It is a pleasure to have the opportunity to reflect on Jon Butler’s influential “Jack-in-the-Box Faith” article, which I have assigned on the first day of a graduate seminar, “Religion in Modern American History and Culture,” that I teach regularly. Alongside “Jack-in-the-Box Faith,” students read several other essays, some published before Butler’s and some after, that propose variously that religion has been “recovered” as a factor in American history or is a “problem” for narrating American history, or aim to show how foregrounding the religious history of certain groups sharpens or challenges broader narratives.Footnote 1 These and other historiographic essays that chart the transformation of the field from church history to American religious history and consider various organizing themes focus primarily on the challenge of synthesis and coverage in narrating the history of religion in the United States. Taking a different approach, Butler’s essay highlights the question of what it means to locate the story of religion in modern America within “the interpretive mainstream” of U.S. history.Footnote 2
For those students in the course specializing in African American (religious) history, Butler’s identification of the modern civil rights movement as demonstrating the social power of religious motivations offers some encouragement regarding the possibility of integration of religion in broader narratives. Butler argues that, despite the tendency of dominant accounts at the time of his writing to render the movement’s politics as secular, civil rights activism illustrates “religion’s capacity to link seemly privatized personal faith with near revolutionary social change.”Footnote 3
In the years since the publication of Butler’s piece, scholars of the long civil rights movement have engaged religious figures, institutions, and ideas as contributing to historical change, with renewed focus on major figures, foregrounding of lesser-known religious actors, and attention to local and international contexts. Randal Jelks’s biography of Howard University’s Divinity School Dean and Morehouse College President Benjamin Elijah Mays, for example, offers an account of Mays’s influence on Martin Luther King Jr.’s religious approach to civil rights and social justice, and elevates Mays as a significant figure in his own right at the intersection of Black religion and politics. Also in the realm of biography, Jennifer Scanlon’s recuperation of the civil rights activism of Anna Arnold Hedgeman, a Young Women’s Christian Association (YWCA) worker and prominent figure in New York City politics, brings to the fore one of many understudied Black women who, in Scanlon’s words, challenged “common assumptions about race, gender, and Christian ethics” in her life’s work. Ansley Quiros turns our attention to the local context of Americus, Georgia, attending carefully to “lived theology” and competing interpretations of Christian imperatives for social action. Sara Azaransy’s work charts the influences of international travel, movements, and figures on Black religious activists, including theologian Howard Thurman and historian Sue Bailey Thurman and activist Bayard Rustin.Footnote 4 The portrait of religion that emerges from these studies has added texture to the broader history of the civil rights movement by attending to Christian theologies—liberal, conservative, Baptist, Quaker, Methodist, and more—as animating African American activism.
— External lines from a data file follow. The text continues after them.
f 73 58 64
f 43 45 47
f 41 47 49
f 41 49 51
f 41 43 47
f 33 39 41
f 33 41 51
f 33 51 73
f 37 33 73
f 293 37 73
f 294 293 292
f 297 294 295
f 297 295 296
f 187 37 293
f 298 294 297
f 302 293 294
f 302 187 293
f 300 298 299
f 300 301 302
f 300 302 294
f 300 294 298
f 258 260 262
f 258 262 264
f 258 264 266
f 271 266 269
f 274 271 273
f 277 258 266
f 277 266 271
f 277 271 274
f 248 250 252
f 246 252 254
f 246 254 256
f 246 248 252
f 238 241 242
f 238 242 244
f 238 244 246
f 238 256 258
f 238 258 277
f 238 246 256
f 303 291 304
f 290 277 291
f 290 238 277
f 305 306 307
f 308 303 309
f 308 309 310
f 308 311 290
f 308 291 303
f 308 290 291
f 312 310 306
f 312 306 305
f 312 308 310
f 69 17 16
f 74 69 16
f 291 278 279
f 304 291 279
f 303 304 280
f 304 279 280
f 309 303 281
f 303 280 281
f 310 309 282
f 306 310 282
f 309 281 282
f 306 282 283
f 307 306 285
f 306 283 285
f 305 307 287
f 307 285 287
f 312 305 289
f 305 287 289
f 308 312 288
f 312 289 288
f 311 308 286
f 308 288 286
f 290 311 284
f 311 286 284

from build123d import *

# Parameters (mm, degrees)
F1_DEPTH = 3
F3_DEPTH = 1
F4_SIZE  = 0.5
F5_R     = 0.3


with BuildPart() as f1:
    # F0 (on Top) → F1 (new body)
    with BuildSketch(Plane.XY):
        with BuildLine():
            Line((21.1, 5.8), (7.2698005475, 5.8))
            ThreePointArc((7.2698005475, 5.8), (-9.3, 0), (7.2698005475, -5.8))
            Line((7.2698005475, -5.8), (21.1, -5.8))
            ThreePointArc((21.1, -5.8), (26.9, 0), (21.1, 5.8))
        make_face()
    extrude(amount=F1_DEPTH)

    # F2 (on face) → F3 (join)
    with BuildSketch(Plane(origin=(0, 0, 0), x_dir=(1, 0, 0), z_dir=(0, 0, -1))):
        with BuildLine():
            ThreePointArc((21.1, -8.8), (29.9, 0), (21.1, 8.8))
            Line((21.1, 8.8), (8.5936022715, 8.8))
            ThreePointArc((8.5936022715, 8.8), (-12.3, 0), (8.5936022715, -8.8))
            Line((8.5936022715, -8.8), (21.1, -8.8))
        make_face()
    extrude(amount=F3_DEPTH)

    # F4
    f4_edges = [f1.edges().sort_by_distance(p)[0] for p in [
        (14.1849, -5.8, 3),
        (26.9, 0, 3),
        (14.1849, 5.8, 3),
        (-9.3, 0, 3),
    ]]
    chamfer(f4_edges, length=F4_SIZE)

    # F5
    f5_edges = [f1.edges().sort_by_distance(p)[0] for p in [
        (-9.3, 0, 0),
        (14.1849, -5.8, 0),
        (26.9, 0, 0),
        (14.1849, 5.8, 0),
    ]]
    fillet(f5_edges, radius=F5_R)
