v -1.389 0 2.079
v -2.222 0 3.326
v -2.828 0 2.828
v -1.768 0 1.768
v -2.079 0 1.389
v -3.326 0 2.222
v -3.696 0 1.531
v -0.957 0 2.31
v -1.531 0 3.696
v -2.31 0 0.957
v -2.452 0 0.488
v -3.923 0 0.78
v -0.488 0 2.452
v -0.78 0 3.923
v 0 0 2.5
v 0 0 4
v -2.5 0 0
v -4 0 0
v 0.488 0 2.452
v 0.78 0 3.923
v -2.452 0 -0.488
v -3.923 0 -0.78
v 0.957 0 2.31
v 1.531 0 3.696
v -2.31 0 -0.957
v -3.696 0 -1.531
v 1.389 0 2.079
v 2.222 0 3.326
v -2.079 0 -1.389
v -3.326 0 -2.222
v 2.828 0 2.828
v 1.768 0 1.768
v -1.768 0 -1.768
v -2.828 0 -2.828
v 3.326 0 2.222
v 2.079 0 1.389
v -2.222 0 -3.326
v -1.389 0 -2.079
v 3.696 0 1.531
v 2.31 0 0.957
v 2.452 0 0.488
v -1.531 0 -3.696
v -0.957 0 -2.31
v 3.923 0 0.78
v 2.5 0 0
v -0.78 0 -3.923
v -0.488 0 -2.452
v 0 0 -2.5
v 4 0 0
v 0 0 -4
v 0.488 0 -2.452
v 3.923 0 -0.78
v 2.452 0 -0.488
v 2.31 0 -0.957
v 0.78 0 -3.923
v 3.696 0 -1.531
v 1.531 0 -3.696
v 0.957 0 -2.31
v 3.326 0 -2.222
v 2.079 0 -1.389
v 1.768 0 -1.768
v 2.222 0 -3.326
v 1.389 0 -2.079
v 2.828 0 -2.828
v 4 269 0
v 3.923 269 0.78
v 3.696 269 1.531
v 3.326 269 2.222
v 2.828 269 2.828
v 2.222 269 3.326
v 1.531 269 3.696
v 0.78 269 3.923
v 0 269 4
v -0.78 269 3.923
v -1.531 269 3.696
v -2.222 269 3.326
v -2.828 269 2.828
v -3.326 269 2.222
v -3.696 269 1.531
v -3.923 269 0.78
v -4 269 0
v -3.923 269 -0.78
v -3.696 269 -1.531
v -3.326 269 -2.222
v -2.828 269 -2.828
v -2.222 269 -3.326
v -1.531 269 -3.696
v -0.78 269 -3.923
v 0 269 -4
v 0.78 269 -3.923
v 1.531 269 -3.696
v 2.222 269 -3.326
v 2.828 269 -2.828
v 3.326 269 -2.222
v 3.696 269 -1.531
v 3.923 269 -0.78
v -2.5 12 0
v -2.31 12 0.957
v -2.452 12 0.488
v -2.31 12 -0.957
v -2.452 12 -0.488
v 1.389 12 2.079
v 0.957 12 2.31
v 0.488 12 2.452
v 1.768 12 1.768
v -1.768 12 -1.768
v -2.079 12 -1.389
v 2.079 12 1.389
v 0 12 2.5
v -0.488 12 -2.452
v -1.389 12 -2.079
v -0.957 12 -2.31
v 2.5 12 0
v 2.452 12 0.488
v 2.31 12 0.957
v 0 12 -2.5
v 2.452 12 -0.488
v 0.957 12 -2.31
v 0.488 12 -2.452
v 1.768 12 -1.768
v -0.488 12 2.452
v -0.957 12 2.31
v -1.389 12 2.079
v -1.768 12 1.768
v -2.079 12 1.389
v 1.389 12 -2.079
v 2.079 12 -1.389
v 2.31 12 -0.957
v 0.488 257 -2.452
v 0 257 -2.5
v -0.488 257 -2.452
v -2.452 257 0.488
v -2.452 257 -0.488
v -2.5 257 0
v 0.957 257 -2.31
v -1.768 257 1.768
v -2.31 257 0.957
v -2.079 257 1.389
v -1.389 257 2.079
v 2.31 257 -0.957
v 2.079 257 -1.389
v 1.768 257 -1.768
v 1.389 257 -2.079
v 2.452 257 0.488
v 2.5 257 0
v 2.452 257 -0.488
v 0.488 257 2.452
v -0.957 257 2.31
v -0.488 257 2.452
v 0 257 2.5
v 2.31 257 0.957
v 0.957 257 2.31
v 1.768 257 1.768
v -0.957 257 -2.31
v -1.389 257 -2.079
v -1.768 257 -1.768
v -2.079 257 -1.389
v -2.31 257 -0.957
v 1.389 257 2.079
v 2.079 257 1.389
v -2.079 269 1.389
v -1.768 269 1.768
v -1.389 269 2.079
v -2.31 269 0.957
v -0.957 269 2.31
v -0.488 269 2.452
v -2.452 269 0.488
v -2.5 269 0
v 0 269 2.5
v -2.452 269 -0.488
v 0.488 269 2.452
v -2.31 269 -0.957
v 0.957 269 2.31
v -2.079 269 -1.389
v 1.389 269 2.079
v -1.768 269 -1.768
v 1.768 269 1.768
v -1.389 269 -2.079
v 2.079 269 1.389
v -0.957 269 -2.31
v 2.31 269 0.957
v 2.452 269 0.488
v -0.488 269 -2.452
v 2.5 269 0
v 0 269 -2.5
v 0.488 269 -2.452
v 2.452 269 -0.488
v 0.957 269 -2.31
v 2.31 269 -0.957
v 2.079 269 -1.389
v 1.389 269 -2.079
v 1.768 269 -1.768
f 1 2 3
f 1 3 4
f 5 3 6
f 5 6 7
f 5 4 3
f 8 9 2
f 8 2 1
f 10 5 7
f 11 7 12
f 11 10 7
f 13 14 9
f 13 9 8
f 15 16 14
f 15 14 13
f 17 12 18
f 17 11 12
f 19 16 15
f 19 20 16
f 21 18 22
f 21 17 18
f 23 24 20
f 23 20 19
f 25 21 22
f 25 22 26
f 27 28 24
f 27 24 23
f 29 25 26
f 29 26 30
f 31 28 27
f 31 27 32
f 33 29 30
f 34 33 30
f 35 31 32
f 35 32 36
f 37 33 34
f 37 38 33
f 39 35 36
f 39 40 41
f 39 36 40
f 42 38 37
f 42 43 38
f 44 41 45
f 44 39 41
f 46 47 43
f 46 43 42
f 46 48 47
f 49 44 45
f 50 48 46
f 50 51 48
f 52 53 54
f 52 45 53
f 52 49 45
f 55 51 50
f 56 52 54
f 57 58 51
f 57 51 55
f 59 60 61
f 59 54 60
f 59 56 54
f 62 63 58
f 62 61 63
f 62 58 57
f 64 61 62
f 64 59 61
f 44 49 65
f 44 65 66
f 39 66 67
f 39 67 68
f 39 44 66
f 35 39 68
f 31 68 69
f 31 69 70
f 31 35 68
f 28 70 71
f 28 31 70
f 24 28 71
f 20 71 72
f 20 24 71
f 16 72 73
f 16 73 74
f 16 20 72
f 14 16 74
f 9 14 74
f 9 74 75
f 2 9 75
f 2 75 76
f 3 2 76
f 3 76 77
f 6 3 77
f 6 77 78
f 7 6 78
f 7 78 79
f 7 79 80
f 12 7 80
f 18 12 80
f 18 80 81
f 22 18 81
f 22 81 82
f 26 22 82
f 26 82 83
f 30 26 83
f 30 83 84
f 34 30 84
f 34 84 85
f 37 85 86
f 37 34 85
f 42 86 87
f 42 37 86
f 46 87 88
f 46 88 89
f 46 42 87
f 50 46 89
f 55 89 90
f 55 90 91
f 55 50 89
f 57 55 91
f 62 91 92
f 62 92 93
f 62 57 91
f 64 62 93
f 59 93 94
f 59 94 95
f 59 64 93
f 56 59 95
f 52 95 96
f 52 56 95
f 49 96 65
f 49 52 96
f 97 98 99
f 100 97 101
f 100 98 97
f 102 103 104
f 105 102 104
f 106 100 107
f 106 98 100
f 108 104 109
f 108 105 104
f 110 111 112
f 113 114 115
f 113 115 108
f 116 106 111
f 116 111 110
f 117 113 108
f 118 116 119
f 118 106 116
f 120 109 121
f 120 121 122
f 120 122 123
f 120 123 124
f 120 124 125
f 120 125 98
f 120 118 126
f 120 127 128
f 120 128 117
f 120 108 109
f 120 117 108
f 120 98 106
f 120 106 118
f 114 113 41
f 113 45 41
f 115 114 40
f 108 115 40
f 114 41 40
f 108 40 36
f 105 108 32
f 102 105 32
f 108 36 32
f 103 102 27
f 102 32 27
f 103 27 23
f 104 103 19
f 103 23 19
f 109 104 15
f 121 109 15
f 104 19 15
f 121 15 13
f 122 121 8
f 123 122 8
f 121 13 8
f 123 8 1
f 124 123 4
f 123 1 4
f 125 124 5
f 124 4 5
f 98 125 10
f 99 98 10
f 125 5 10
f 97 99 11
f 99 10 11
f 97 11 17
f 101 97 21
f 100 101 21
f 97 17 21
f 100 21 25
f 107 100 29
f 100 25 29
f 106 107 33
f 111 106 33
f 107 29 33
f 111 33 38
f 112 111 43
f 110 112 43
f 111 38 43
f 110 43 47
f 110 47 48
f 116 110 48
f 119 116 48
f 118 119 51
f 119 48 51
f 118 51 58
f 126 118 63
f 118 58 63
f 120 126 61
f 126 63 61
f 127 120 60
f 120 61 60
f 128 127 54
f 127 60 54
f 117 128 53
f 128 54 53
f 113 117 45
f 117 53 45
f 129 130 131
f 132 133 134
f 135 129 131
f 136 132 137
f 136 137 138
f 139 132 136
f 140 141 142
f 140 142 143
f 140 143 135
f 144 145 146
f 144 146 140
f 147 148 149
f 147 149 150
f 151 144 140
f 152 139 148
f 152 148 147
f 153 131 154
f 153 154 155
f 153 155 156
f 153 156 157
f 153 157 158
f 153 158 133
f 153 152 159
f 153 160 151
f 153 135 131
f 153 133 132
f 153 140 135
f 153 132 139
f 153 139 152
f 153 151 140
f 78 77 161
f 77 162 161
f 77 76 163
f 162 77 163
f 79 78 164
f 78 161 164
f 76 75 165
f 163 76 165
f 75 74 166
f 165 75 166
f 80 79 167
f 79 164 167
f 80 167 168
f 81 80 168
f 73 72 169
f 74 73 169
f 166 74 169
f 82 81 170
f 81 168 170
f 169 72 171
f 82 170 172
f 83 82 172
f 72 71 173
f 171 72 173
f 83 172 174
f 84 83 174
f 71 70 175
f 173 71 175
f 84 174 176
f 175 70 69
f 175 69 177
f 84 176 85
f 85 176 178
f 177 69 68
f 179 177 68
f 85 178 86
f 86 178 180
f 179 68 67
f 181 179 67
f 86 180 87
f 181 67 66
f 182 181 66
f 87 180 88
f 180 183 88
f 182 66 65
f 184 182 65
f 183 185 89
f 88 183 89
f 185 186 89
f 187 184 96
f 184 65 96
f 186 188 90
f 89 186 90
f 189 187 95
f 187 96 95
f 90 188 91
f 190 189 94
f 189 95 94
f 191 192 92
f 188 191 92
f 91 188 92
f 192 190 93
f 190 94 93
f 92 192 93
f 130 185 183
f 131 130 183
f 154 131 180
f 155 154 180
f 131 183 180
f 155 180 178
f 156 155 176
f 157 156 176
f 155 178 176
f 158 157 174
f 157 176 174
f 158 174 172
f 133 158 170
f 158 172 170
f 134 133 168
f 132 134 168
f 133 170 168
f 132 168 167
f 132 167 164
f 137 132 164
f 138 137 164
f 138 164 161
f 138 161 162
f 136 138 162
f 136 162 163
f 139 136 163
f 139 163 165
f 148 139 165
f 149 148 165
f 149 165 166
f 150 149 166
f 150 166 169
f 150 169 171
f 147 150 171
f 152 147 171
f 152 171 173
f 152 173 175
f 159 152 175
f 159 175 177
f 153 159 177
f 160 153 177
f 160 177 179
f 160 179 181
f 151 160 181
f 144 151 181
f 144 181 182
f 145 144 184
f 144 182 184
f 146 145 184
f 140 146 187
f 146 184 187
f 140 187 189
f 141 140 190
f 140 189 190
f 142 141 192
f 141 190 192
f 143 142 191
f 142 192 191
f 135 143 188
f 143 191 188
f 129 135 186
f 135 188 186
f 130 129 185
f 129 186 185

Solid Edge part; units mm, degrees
sketch "Sketch1" plane through (0, 0, 0) normal (0, -1, 0) x (1, 0, 0)
  circle A0 centre (0, 0) radius 4
extrude "Protrusion1" add sketch "Sketch1" against normal blind 269
sketch "Sketch2" plane through (0, 269, 0) normal (0, 1, 0) x (0, 0, -1)
  circle A0 centre (0, 0) radius 2.5
extrude "ExtrudedCutout_2" cut sketch "Sketch2" against normal blind 12
sketch "Sketch3" plane through (0, 0, 0) normal (0, -1, 0) x (1, 0, 0)
  circle A0 centre (0, 0) radius 2.5
extrude "ExtrudedCutout_3" cut sketch "Sketch3" against normal blind 12
cosmetic_thread "Thread1" size "M5"
cosmetic_thread "Thread2" size "M5"
properties material "Steel"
At the same time, conventional renderings of “the Black church” as a unified institution, and the conflation of Black religion, in all its variety, with “the Black church,” has resulted in what we might think of as a “Black church box” that has tended to inhibit consistent attention to religion across African American history. Barbara Dianne Savage has shown in her influential history of the politics of Black religion that the concept of “the Black church” as a unified platform that might serve as the basis for social protest was in fact contested by Black religious and political leaders alike from the early twentieth-century through the modern civil rights movement.Footnote 5 And yet, the story of religion and the Black freedom struggle seems a comfortable one for the field, told through the lens of “the Black church.” The activist civil rights minister and the church women in the pews who march in the streets are familiar images that often remain flat and uninterrogated. Savage’s call to recognize considerable debate and tension over African American Protestant identity and the role of Black religious institutions in public culture remains an important one for the field.
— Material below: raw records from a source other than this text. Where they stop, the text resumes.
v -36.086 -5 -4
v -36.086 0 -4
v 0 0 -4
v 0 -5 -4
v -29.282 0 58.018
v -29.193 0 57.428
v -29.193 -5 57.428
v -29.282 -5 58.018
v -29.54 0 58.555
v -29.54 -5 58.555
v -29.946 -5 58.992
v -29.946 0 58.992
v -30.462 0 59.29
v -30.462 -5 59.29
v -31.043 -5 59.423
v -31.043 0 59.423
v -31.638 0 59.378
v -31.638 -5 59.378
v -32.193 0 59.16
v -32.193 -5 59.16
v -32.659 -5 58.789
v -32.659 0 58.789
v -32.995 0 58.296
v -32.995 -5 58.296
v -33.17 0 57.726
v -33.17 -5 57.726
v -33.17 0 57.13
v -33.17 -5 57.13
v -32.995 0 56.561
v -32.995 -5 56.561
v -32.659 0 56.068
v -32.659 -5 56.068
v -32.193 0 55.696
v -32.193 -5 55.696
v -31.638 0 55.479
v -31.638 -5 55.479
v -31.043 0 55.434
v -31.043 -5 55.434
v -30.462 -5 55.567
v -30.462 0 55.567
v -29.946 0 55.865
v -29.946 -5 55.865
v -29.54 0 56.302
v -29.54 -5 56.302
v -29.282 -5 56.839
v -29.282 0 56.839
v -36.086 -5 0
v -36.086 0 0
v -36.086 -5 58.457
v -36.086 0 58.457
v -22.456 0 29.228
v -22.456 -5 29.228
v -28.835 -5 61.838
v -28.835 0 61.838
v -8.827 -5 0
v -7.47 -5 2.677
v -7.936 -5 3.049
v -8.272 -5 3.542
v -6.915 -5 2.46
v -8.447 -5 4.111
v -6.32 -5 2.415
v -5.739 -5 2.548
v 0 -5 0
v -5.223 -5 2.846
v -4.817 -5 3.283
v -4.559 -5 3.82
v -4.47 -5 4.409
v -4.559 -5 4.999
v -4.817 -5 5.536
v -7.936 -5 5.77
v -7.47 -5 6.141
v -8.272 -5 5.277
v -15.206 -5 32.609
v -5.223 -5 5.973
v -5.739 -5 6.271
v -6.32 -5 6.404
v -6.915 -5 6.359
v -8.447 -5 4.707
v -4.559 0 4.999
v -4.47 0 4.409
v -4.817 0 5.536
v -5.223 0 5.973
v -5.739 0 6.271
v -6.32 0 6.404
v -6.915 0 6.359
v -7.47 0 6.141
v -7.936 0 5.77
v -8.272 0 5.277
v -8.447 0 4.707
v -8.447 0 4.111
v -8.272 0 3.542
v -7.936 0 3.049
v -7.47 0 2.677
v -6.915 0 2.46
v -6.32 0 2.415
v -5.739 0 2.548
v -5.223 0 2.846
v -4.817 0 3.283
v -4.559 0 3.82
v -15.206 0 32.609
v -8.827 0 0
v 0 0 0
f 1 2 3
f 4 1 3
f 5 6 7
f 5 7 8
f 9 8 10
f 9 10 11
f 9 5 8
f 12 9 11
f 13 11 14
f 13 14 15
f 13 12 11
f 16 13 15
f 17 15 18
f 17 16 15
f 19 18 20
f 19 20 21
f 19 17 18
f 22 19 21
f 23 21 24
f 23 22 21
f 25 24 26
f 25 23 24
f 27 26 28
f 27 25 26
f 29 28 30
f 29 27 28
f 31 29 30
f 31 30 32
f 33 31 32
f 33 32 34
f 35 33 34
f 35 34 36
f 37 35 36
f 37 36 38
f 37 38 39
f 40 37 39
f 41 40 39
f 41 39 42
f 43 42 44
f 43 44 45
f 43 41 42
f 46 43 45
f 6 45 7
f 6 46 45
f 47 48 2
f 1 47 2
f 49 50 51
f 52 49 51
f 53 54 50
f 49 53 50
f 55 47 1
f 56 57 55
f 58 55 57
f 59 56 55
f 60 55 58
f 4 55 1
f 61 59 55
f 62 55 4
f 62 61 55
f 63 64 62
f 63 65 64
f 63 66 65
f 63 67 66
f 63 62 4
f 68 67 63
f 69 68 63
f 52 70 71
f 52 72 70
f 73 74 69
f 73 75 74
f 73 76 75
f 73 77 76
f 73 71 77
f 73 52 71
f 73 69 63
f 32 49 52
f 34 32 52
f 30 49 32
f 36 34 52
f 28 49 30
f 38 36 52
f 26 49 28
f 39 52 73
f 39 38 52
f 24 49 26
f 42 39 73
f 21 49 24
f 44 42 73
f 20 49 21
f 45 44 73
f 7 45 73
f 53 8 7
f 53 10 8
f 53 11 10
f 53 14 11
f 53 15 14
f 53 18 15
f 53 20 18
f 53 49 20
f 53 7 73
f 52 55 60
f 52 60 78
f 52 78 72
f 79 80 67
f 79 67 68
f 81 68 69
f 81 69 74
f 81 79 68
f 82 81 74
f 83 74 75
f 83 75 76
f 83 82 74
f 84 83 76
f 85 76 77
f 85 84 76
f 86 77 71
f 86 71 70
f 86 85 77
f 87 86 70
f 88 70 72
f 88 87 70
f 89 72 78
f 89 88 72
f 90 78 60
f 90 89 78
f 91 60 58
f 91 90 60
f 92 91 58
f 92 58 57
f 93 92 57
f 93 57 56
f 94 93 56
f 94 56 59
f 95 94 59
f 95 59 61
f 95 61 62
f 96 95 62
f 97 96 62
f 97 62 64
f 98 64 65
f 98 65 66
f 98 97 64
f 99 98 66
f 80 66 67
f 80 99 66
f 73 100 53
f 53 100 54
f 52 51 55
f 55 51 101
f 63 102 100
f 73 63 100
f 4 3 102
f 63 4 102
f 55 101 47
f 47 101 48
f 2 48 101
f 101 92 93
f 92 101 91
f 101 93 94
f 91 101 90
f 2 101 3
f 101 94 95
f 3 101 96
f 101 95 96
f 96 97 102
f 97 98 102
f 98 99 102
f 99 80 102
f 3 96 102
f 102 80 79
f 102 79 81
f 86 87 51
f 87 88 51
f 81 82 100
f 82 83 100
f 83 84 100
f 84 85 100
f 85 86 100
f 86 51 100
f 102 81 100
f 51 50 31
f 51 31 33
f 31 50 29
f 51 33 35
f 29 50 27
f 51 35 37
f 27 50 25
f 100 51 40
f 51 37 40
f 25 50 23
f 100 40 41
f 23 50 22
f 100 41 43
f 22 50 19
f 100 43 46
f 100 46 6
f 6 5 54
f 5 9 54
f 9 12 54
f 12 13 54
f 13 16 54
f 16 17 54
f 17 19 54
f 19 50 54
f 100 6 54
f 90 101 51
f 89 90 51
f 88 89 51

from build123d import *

# Parameters (mm, degrees)
F0_R     = 2
F1_DEPTH = 5


# Not quite as in the source:
# - a feature names something its author has since deleted; it is built from what else it names


with BuildPart() as f1:
    # F0 (on Front) → F1 (new body)
    with BuildSketch(Plane.XZ):
        Polygon((-8.8270233517, 0), (-36.085901234, 0), (-36.085901234, -4), (0, -4), (0, 0), (-15.2059999965, 32.6093722259), (-22.4564622928, 29.2284261319), align=None)
        with Locations((-6.4696469888, 4.4093964081)):
            Circle(F0_R, mode=Mode.SUBTRACT)
        Polygon((-36.085901234, 58.4568522639), (-22.4564622928, 29.2284261319), (-15.2059999965, 32.6093722259), (-28.8354389377, 61.8377983578), align=None)
        with Locations((-31.1928153006, 57.4284019497)):
            Circle(F0_R, mode=Mode.SUBTRACT)
    extrude(amount=F1_DEPTH)


solid = f1.part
Moreover, in many ways, attention to religion in the modern civil rights movement appears as an exception in the context of a broader sense in the field of African American history that religion is indexed by private belief and that religious institutions are, in the main, socially conservative forces. In a field that emphasizes accounts of Black agency and resistance, religious thought, institutions, and individuals are often quickly dismissed and set outside the bounds of struggle against racial oppression and white domination. And, indeed, some Black churches have cultivated political, economic, and social postures aligned with conservative culture. Scholarship on Black religious commercial culture reveals some of these trends. Lerone A. Martin’s work on early-twentieth-century Black phonograph preachers traces the circulation of sermons on wax as promoting a range of social perspectives including enforcing “traditional” gender norms and endorsing consumer capitalism. The rise of Black televangelism and the embrace of the Prosperity Gospel by some Black Christians in the late twentieth century extended these conservative theological and social impulses, as Jonathan Walton and Marla Frederick show in their work.Footnote 6 In the face of these historical trends, there may be as much investment among scholars of African American religious history in demonstrating the progressive influence of Black churches as there has been in the broader fields of African American history in viewing African American religion as conservative or, at the very least, a private matter, and largely inconsequential. Both postures ultimately reinforce the jack-in-the-box trend that Butler decried.
But, as Kathryn Lofton argues, the study of religion in American history and, in this case, African American history is not about finding ways to reveal the influence of private and hidden belief or locating “religion” as an independent progressive or conservative agent in history. Rather, she emphasizes an approach to religion as “that by which distinctions are named, sociality is explained, and relationship to power (natural and supernatural) is managed.”Footnote 7 What can we learn from recent scholarship in African American religious history about how attending to the distinctions, sociality, and power religion manages shifts, deepens, or expands interpretive possibilities in African American history beyond the Black church box? I highlight themes in two significant periods that have been of interest to me in research and teaching: religion, racialization, and nation in the post-emancipation period, and religion and Black cultural creativity in the interwar period.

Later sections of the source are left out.